TASK GOAL: Begin at the first line of the records below and, please, give each line again exactly until the line with "circle A1 centre (0, 0) radius 27.5" is included.
------------------------------
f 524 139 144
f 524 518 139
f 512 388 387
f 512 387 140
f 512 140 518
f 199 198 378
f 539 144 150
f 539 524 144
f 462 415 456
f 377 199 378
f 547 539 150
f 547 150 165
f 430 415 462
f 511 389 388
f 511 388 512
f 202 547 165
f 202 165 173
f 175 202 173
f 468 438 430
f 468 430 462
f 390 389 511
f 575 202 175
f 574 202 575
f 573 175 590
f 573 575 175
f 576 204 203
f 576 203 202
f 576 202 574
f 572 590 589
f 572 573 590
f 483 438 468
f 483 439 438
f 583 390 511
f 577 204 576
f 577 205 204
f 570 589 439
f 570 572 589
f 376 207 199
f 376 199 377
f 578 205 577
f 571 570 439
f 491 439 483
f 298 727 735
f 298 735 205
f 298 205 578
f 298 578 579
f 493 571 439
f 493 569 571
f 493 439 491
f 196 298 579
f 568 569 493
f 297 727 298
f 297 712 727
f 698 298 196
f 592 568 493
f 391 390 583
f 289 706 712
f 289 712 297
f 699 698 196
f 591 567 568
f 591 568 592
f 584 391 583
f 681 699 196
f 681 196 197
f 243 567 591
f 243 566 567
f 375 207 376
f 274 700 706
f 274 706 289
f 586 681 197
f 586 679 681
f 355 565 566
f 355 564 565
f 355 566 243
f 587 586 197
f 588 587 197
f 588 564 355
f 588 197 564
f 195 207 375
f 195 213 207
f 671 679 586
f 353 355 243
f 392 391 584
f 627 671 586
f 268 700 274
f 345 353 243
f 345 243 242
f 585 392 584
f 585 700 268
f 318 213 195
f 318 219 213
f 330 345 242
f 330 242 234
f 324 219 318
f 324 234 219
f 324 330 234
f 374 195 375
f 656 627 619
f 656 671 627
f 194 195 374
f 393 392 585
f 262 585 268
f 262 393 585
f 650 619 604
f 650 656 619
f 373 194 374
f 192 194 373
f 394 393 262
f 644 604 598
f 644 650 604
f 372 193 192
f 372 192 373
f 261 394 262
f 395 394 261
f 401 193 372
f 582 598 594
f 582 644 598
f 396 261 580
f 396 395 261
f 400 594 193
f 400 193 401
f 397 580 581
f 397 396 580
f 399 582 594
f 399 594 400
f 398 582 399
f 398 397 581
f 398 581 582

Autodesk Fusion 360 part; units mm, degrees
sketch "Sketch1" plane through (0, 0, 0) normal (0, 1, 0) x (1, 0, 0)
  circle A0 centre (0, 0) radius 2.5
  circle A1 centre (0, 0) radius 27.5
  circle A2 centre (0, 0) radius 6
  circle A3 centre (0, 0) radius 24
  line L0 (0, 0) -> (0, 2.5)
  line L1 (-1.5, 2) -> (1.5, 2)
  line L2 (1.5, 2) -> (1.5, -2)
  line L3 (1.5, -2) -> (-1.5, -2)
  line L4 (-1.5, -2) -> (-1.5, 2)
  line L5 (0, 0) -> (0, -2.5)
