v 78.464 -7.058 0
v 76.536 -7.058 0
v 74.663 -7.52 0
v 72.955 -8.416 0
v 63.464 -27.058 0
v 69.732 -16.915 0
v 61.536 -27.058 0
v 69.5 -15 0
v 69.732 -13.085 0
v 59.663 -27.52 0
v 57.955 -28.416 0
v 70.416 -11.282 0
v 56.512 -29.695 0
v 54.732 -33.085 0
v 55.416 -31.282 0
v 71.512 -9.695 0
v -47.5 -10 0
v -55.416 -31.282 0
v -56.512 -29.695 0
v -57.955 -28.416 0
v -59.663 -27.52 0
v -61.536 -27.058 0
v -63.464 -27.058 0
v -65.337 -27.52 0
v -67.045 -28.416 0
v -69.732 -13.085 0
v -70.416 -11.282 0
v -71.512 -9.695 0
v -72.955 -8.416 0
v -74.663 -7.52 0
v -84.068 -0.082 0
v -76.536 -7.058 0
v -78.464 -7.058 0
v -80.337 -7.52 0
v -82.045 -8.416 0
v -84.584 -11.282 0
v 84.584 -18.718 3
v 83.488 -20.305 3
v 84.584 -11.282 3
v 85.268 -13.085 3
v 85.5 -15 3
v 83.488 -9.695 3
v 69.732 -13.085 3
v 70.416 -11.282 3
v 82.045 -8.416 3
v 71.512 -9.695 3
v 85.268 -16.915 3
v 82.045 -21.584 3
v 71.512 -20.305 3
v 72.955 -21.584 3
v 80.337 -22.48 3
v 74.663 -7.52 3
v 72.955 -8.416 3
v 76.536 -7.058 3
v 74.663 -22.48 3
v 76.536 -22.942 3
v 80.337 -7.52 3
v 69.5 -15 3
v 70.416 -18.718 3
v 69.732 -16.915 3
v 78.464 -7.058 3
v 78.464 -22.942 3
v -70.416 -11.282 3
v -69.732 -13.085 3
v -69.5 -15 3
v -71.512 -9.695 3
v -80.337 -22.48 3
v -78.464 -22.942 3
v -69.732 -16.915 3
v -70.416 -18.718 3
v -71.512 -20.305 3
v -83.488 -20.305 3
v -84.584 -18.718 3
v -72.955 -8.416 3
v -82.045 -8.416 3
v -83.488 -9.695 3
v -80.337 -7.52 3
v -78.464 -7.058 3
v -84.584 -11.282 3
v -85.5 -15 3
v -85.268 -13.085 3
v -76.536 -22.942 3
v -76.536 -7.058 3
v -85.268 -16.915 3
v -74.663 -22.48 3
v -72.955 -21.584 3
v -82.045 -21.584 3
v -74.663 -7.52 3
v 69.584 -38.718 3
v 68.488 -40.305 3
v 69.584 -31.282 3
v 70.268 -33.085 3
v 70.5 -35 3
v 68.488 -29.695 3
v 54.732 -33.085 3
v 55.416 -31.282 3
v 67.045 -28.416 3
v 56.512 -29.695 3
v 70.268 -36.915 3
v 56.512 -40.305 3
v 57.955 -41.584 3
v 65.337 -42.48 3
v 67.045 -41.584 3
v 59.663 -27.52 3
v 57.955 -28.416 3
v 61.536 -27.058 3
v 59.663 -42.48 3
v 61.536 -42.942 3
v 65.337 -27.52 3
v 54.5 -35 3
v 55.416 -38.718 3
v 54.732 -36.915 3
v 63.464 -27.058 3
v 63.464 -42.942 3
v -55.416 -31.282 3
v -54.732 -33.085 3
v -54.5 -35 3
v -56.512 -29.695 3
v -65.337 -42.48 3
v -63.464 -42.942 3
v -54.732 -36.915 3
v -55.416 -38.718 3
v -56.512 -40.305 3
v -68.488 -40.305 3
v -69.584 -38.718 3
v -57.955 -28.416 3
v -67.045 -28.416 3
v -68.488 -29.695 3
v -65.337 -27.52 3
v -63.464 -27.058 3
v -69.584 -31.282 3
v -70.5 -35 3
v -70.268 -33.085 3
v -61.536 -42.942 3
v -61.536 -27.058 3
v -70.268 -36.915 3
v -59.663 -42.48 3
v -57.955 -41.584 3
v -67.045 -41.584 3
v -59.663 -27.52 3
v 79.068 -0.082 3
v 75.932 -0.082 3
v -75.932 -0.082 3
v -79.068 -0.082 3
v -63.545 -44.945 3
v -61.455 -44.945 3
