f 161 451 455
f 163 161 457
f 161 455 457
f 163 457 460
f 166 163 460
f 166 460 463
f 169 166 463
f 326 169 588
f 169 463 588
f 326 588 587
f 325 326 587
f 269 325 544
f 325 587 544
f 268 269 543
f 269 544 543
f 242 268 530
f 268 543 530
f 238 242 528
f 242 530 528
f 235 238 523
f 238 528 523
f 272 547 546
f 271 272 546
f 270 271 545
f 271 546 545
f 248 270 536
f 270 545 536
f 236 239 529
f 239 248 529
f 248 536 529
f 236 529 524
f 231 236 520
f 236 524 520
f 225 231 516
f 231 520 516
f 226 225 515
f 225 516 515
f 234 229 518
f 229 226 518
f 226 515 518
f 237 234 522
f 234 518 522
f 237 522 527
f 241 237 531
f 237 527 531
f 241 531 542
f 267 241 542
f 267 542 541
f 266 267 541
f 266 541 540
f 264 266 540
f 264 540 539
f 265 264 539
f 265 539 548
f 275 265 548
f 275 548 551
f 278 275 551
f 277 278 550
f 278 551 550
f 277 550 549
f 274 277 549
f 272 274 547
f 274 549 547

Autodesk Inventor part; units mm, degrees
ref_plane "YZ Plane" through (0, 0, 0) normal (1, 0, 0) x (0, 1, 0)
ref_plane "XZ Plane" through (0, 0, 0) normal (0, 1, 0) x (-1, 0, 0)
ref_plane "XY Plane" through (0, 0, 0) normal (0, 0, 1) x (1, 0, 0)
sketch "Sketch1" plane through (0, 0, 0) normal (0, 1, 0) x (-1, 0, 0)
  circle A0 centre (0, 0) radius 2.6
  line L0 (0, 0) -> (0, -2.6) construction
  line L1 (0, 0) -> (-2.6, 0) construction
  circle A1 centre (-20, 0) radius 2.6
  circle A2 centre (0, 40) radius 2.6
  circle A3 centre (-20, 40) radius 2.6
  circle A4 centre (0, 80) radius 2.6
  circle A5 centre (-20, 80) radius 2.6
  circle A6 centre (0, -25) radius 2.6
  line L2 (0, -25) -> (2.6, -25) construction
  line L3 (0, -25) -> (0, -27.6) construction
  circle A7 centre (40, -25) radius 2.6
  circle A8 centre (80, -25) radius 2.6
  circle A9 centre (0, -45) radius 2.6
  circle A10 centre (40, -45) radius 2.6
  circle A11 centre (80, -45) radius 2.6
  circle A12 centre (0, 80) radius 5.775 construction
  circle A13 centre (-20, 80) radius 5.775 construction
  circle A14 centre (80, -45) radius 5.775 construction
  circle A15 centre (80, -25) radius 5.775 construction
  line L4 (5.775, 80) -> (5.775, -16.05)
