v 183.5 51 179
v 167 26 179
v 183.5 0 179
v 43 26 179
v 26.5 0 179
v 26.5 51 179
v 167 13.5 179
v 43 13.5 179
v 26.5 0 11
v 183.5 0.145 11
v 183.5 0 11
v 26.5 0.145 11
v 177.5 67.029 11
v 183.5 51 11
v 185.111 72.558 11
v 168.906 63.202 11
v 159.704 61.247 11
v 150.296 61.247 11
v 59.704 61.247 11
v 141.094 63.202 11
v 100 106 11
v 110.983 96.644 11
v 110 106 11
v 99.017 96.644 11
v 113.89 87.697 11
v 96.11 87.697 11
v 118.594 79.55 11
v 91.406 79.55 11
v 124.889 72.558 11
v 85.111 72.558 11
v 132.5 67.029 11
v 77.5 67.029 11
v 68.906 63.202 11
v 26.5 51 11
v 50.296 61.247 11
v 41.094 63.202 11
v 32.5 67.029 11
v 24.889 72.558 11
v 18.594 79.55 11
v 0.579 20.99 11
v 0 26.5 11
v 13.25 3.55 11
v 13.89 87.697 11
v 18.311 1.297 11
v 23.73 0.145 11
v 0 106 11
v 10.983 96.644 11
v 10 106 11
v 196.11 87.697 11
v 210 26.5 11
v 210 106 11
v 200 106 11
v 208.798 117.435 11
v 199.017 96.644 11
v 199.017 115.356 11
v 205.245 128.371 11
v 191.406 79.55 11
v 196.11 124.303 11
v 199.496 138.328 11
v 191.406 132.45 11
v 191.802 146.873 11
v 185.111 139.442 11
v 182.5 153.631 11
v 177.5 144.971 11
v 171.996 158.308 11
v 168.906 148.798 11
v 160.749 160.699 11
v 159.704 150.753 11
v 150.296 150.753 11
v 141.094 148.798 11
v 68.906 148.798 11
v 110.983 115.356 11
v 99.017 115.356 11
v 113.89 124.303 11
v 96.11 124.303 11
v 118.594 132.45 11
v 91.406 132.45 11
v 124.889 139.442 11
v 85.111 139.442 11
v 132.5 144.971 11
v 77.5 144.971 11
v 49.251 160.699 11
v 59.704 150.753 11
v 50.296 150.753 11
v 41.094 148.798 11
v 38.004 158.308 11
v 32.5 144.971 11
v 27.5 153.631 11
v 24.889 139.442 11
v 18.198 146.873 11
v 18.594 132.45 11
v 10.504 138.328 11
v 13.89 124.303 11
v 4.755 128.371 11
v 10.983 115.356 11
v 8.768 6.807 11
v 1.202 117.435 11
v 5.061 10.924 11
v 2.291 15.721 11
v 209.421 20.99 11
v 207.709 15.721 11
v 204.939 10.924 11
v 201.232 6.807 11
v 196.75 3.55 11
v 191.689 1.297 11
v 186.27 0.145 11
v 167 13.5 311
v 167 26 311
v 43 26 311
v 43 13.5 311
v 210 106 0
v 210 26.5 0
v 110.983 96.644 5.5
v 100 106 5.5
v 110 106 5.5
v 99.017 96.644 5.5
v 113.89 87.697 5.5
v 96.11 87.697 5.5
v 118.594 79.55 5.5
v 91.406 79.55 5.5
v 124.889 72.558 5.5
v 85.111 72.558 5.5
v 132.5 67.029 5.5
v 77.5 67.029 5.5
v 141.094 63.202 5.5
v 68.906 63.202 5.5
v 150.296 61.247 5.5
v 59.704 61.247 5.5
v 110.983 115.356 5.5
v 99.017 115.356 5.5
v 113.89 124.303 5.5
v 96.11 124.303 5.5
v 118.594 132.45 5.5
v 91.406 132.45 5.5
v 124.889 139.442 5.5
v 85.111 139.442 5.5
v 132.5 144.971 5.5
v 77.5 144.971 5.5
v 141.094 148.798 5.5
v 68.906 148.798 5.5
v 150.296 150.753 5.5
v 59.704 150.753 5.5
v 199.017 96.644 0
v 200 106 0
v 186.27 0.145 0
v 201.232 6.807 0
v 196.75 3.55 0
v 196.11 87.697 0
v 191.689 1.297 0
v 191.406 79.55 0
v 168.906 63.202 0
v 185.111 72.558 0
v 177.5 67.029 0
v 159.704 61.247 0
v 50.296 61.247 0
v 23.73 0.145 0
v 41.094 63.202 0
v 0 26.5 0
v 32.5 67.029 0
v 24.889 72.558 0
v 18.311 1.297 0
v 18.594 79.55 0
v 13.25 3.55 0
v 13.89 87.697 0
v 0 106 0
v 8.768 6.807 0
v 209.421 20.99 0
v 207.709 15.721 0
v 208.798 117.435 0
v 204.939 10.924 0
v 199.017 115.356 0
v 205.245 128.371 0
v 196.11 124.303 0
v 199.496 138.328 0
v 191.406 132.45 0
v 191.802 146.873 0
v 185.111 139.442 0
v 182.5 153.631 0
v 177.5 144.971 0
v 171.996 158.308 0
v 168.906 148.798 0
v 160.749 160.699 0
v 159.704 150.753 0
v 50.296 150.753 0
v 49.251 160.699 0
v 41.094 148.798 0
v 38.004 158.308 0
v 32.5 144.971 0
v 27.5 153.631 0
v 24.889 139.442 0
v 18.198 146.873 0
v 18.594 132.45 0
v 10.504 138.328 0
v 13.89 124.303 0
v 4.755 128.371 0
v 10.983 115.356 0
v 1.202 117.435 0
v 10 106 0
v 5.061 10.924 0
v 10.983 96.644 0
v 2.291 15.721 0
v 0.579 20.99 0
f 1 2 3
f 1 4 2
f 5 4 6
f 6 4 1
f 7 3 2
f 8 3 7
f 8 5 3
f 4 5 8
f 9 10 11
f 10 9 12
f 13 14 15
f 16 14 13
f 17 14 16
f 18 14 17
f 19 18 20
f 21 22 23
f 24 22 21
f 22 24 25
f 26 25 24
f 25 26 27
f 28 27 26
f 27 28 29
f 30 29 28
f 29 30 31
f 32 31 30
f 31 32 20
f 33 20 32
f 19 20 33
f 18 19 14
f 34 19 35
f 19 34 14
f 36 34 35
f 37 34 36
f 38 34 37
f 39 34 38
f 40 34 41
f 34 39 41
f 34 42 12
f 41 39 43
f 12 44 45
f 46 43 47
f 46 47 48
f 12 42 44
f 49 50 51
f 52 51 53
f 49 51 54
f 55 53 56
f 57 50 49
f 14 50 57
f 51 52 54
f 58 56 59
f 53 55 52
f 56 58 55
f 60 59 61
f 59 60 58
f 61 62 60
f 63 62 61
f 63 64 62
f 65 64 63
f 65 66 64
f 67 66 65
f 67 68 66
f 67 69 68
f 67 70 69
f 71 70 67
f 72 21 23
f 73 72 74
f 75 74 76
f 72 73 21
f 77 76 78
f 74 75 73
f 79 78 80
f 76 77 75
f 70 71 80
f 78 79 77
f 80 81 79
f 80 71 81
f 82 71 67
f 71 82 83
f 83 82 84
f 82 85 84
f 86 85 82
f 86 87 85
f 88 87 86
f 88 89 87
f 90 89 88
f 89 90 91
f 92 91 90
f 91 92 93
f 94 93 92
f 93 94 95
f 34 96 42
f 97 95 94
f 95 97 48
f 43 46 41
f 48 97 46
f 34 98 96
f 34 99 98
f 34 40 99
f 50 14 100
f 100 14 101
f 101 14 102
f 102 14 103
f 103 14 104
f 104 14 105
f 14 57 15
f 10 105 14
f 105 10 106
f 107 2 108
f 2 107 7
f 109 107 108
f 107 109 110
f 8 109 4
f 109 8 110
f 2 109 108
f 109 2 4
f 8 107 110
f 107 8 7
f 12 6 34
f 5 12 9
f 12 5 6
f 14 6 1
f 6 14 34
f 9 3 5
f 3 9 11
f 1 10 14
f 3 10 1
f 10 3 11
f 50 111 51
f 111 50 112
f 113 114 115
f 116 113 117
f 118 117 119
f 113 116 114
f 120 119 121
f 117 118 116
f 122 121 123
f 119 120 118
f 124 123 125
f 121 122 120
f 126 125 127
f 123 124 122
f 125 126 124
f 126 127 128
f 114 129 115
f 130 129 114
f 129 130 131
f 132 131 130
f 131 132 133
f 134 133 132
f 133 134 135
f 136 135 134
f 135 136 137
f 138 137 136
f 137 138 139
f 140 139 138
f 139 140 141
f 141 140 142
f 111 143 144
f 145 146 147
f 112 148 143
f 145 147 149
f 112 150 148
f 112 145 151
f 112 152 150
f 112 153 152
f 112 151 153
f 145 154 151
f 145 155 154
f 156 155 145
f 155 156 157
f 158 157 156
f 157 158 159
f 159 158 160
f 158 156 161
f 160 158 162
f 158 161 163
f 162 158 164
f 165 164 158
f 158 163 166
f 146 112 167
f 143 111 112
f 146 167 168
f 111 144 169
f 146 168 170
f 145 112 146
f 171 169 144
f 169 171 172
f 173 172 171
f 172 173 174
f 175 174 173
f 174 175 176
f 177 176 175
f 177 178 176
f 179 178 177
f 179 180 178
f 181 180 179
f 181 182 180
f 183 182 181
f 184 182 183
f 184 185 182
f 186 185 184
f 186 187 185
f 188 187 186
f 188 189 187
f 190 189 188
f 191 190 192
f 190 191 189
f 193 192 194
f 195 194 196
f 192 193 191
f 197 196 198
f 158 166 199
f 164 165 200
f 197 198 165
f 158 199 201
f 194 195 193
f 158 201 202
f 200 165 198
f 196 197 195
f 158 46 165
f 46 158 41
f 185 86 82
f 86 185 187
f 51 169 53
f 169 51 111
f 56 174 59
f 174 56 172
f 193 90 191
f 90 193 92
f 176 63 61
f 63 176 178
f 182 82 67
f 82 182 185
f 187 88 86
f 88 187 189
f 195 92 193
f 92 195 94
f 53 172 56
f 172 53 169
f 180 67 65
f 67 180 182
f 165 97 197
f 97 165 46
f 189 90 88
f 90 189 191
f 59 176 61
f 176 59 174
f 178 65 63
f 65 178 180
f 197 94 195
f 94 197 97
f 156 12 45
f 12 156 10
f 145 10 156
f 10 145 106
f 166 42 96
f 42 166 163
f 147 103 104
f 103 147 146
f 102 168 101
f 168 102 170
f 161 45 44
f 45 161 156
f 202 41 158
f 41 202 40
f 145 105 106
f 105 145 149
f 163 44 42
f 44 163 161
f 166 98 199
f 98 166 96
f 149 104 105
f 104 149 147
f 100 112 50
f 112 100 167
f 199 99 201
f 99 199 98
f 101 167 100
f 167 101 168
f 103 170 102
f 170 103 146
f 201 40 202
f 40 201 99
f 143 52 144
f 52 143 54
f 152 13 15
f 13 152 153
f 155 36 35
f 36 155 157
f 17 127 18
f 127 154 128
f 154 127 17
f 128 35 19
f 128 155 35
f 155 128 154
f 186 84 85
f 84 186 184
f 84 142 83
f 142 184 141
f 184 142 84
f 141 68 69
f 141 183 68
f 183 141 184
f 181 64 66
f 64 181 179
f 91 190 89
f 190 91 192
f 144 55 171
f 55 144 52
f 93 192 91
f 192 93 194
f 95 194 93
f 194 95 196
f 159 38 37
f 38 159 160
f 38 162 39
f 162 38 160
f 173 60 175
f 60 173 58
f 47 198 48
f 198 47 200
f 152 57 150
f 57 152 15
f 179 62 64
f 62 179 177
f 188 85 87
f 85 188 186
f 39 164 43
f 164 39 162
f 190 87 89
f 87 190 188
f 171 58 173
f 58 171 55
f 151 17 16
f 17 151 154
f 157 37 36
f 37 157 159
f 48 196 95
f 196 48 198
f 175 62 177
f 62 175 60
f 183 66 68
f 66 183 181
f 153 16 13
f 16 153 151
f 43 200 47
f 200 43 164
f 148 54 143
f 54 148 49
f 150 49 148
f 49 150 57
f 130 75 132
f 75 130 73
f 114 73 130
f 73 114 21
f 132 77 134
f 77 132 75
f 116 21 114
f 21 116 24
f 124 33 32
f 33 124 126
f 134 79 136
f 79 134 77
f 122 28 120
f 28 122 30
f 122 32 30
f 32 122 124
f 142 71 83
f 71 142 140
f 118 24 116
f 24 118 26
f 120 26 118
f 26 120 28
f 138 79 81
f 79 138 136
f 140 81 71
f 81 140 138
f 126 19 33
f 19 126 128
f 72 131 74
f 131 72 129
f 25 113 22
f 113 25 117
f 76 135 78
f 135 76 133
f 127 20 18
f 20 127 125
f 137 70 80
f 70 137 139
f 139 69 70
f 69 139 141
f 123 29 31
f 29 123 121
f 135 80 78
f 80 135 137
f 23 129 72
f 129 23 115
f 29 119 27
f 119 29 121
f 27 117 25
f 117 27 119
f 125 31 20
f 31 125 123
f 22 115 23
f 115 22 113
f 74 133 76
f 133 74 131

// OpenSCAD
//body
translate([32,5.5,11]) {color("PaleGoldenrod"){
   cube([146,40,168]);
   translate([11,8,168]) cube([124,12.5,132]);}}

//cladding
color("BurlyWood"){
    translate([26.5,0,11]) cube([5.5,51,168]);
    translate([178,0,11]) cube([5.5,51,168]);
    translate([32,0,11]) cube([146,5.5,168]);
    translate([32,45.5,11]) cube([146,5.5,168]);
}

//base silver
color("silver") translate([0,26.5,0]){
    difference() {
        union() {color("Silver"){ cube([210,79.5,5.5]);
   hull() {
   translate([55,79.5,0]) cylinder(h = 5.5, r=55);
   translate([155,79.5,0]) cylinder(h = 5.5, r=55);}
    hull() {
   translate([26.5,0,0])cylinder(h = 5.5, r=26.5);
translate([183.5,0,0])cylinder(h = 5.5, r=26.5);}
 }
        }hull() {
    translate([55,79.5,0]) cylinder(h = 5.7, r=45);
    translate([155,79.5,0]) cylinder(h = 5.7, r=45);    
        }}}
//base brown
translate([0,26.5,5.5]){
    difference() {
        union() {color("SaddleBrown"){ cube([210,79.5,5.5]);
   hull() {
   translate([55,79.5,0]) cylinder(h = 5.5, r=55);
   translate([155,79.5,0]) cylinder(h = 5.5, r=55);}
    hull() {
   translate([26.5,0,0])cylinder(h = 5.5, r=26.5);
translate([183.5,0,0])cylinder(h = 5.5, r=26.5);}
 }
        }
    translate([55,79.5,0]) cylinder(h = 5.7, r=45);
    translate([155,79.5,0]) cylinder(h = 5.7, r=45);    
        }}
        
//translate([55,106,0]) cube([110,110,45], center=true);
------------------------------
PROBLEM SOLUTION:
f 524 139 144
f 524 518 139
f 512 388 387
f 512 387 140
f 512 140 518
f 199 198 378
f 539 144 150
f 539 524 144
f 462 415 456
f 377 199 378
f 547 539 150
f 547 150 165
f 430 415 462
f 511 389 388
f 511 388 512
f 202 547 165
f 202 165 173
f 175 202 173
f 468 438 430
f 468 430 462
f 390 389 511
f 575 202 175
f 574 202 575
f 573 175 590
f 573 575 175
f 576 204 203
f 576 203 202
f 576 202 574
f 572 590 589
f 572 573 590
f 483 438 468
f 483 439 438
f 583 390 511
f 577 204 576
f 577 205 204
f 570 589 439
f 570 572 589
f 376 207 199
f 376 199 377
f 578 205 577
f 571 570 439
f 491 439 483
f 298 727 735
f 298 735 205
f 298 205 578
f 298 578 579
f 493 571 439
f 493 569 571
f 493 439 491
f 196 298 579
f 568 569 493
f 297 727 298
f 297 712 727
f 698 298 196
f 592 568 493
f 391 390 583
f 289 706 712
f 289 712 297
f 699 698 196
f 591 567 568
f 591 568 592
f 584 391 583
f 681 699 196
f 681 196 197
f 243 567 591
f 243 566 567
f 375 207 376
f 274 700 706
f 274 706 289
f 586 681 197
f 586 679 681
f 355 565 566
f 355 564 565
f 355 566 243
f 587 586 197
f 588 587 197
f 588 564 355
f 588 197 564
f 195 207 375
f 195 213 207
f 671 679 586
f 353 355 243
f 392 391 584
f 627 671 586
f 268 700 274
f 345 353 243
f 345 243 242
f 585 392 584
f 585 700 268
f 318 213 195
f 318 219 213
f 330 345 242
f 330 242 234
f 324 219 318
f 324 234 219
f 324 330 234
f 374 195 375
f 656 627 619
f 656 671 627
f 194 195 374
f 393 392 585
f 262 585 268
f 262 393 585
f 650 619 604
f 650 656 619
f 373 194 374
f 192 194 373
f 394 393 262
f 644 604 598
f 644 650 604
f 372 193 192
f 372 192 373
f 261 394 262
f 395 394 261
f 401 193 372
f 582 598 594
f 582 644 598
f 396 261 580
f 396 395 261
f 400 594 193
f 400 193 401
f 397 580 581
f 397 396 580
f 399 582 594
f 399 594 400
f 398 582 399
f 398 397 581
f 398 581 582

Autodesk Fusion 360 part; units mm, degrees
sketch "Sketch1" plane through (0, 0, 0) normal (0, 1, 0) x (1, 0, 0)
  circle A0 centre (0, 0) radius 2.5
  circle A1 centre (0, 0) radius 27.5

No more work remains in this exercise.